What is needed:
Restrict the output to the lines below starting at the one that contains "v 3.433 0.683 50" and ending at the one that contains "v 0 3.5 -50", and restate them word for word, both ends included.

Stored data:
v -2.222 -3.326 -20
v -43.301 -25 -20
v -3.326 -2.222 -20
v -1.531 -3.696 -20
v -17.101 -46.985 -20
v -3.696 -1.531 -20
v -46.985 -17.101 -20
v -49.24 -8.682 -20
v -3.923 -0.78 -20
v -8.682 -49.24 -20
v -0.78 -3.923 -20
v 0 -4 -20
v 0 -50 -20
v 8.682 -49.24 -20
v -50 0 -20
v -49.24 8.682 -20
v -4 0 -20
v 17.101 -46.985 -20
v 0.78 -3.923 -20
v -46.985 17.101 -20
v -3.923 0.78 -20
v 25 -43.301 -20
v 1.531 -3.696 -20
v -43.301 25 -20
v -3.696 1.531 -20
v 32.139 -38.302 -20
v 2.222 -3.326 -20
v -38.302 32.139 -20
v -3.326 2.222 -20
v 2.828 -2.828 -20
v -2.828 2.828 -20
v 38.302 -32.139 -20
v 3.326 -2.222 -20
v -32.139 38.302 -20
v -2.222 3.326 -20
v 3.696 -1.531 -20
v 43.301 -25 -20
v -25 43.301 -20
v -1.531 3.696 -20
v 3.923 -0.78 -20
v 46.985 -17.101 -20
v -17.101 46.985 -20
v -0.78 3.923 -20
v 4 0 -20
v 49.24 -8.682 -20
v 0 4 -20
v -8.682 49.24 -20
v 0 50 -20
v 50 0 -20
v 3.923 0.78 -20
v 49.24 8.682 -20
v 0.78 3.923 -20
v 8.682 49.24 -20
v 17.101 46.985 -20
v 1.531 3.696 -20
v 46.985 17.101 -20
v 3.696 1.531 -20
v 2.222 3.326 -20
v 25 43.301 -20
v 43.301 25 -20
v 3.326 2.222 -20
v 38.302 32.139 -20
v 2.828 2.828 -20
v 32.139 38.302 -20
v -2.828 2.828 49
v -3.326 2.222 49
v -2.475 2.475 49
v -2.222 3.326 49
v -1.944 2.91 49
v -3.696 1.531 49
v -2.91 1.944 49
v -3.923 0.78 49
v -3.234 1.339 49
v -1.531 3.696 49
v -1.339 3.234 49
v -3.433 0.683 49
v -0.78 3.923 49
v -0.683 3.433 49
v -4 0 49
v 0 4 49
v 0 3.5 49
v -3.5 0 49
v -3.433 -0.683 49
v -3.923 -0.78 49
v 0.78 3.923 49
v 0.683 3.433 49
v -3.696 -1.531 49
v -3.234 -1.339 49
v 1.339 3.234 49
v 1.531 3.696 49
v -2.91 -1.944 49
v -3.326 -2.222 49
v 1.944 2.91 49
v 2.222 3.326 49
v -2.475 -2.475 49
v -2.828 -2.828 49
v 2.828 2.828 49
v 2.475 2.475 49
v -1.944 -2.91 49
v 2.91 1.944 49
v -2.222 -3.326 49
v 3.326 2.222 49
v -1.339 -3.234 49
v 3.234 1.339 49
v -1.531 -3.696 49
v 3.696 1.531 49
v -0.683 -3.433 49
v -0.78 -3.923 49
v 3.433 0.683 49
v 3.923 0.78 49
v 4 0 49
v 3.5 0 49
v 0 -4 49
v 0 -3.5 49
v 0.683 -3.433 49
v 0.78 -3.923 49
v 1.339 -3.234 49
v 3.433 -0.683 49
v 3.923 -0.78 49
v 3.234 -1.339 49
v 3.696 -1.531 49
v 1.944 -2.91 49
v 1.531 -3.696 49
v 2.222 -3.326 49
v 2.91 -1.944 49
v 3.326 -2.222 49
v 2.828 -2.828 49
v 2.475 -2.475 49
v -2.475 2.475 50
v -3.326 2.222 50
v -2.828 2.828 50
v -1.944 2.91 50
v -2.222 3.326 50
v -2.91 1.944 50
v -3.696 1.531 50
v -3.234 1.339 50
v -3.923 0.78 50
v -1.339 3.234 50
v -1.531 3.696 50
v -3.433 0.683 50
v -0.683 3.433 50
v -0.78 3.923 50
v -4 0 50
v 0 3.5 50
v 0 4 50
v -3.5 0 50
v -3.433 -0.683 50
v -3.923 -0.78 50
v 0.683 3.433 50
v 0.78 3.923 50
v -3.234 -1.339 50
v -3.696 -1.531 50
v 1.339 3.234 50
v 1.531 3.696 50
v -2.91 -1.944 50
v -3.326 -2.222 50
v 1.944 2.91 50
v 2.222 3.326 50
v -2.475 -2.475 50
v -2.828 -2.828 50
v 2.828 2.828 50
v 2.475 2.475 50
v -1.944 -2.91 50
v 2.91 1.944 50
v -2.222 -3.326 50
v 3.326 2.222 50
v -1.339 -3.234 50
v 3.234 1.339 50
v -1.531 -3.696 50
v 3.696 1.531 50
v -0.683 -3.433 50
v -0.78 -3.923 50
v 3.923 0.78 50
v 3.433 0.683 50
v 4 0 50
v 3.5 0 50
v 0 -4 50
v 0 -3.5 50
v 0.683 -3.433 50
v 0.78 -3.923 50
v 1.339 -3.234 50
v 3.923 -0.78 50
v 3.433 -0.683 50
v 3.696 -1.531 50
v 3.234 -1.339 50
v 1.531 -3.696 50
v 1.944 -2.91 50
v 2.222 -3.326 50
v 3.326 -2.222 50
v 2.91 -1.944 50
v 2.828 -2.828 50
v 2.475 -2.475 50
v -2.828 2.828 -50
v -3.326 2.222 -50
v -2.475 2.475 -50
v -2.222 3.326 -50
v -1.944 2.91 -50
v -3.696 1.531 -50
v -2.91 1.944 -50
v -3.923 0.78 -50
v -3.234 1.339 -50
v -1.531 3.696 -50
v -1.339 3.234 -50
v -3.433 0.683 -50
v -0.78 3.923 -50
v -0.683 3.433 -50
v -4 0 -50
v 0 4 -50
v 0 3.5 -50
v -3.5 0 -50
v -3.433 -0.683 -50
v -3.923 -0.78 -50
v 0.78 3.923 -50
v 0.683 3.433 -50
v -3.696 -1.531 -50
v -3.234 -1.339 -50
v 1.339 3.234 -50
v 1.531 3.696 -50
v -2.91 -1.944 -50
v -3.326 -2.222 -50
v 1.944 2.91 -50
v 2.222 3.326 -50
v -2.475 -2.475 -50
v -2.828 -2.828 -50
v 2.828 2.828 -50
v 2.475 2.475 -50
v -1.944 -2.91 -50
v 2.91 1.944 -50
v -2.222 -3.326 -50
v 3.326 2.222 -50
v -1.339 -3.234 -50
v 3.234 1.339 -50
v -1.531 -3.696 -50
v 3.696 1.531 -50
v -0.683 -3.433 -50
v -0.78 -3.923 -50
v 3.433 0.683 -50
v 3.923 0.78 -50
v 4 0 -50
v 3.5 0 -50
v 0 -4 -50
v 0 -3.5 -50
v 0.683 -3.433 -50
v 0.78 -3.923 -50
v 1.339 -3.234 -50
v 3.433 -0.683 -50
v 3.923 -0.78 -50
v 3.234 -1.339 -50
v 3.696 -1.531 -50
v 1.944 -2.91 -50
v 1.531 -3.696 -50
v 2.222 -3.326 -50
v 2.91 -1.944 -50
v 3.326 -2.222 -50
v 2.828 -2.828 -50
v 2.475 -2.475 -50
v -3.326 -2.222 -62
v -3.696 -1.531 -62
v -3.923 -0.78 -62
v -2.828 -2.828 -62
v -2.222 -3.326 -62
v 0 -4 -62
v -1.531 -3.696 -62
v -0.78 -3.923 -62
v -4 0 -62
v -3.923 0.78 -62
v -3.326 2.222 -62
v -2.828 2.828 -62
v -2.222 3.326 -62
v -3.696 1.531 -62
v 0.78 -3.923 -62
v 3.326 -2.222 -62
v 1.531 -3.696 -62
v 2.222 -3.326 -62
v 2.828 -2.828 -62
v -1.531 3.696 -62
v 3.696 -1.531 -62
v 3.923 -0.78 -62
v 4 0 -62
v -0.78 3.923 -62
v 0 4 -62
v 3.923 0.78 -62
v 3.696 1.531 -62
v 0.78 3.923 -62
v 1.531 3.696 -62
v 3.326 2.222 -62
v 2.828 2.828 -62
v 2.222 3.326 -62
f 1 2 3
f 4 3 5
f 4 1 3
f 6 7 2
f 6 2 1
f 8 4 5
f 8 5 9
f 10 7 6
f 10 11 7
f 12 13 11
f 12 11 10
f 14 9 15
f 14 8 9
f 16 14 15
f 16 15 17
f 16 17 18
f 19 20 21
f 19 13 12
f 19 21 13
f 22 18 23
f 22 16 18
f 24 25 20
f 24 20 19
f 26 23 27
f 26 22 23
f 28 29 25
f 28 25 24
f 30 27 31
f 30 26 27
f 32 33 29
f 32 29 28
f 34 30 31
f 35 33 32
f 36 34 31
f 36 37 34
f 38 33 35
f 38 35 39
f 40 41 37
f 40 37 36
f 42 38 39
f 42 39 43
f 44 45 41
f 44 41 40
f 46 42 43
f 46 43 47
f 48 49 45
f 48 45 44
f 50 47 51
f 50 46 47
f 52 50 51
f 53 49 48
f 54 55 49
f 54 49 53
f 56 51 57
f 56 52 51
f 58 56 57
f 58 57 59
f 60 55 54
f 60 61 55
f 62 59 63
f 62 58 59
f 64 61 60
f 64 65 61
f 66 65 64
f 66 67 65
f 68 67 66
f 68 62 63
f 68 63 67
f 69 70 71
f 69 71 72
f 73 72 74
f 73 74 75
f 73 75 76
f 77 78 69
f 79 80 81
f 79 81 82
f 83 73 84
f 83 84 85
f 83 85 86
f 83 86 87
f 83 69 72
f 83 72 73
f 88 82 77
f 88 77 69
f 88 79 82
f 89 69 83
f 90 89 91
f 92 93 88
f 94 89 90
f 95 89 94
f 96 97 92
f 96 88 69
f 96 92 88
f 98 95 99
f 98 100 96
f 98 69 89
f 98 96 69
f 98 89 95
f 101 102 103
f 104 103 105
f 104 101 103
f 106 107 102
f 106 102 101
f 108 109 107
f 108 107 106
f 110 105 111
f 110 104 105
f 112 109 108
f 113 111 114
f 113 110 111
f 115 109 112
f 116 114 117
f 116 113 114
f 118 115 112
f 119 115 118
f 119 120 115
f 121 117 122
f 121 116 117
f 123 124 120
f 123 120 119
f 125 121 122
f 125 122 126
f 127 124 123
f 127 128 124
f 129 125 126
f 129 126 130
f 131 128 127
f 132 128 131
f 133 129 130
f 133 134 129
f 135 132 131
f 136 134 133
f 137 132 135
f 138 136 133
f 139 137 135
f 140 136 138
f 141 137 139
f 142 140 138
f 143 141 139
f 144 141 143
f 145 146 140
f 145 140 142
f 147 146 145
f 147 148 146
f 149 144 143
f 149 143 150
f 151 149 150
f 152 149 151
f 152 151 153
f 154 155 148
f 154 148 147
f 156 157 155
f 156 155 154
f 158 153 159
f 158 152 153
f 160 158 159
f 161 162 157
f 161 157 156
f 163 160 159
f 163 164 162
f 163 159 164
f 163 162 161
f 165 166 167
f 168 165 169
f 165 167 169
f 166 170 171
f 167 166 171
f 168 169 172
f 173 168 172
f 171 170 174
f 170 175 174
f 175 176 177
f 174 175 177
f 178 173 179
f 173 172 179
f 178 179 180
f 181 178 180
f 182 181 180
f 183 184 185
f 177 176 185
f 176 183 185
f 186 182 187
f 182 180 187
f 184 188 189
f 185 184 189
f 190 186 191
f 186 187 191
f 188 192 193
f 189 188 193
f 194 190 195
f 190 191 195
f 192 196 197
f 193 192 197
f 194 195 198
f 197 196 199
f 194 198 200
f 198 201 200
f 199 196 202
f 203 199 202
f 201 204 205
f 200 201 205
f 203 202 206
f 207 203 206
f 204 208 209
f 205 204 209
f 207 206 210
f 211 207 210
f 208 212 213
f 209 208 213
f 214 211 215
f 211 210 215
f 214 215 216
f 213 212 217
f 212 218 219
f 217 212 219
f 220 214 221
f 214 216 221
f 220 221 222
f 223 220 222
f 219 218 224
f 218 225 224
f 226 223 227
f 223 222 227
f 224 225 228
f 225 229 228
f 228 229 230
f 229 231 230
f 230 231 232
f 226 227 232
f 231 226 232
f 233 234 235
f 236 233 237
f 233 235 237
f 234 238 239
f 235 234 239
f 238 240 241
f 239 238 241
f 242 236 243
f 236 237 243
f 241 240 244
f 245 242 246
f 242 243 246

Exercise result:
v 3.433 0.683 50
v 4 0 50
v 3.5 0 50
v 0 -4 50
v 0 -3.5 50
v 0.683 -3.433 50
v 0.78 -3.923 50
v 1.339 -3.234 50
v 3.923 -0.78 50
v 3.433 -0.683 50
v 3.696 -1.531 50
v 3.234 -1.339 50
v 1.531 -3.696 50
v 1.944 -2.91 50
v 2.222 -3.326 50
v 3.326 -2.222 50
v 2.91 -1.944 50
v 2.828 -2.828 50
v 2.475 -2.475 50
v -2.828 2.828 -50
v -3.326 2.222 -50
v -2.475 2.475 -50
v -2.222 3.326 -50
v -1.944 2.91 -50
v -3.696 1.531 -50
v -2.91 1.944 -50
v -3.923 0.78 -50
v -3.234 1.339 -50
v -1.531 3.696 -50
v -1.339 3.234 -50
v -3.433 0.683 -50
v -0.78 3.923 -50
v -0.683 3.433 -50
v -4 0 -50
v 0 4 -50
v 0 3.5 -50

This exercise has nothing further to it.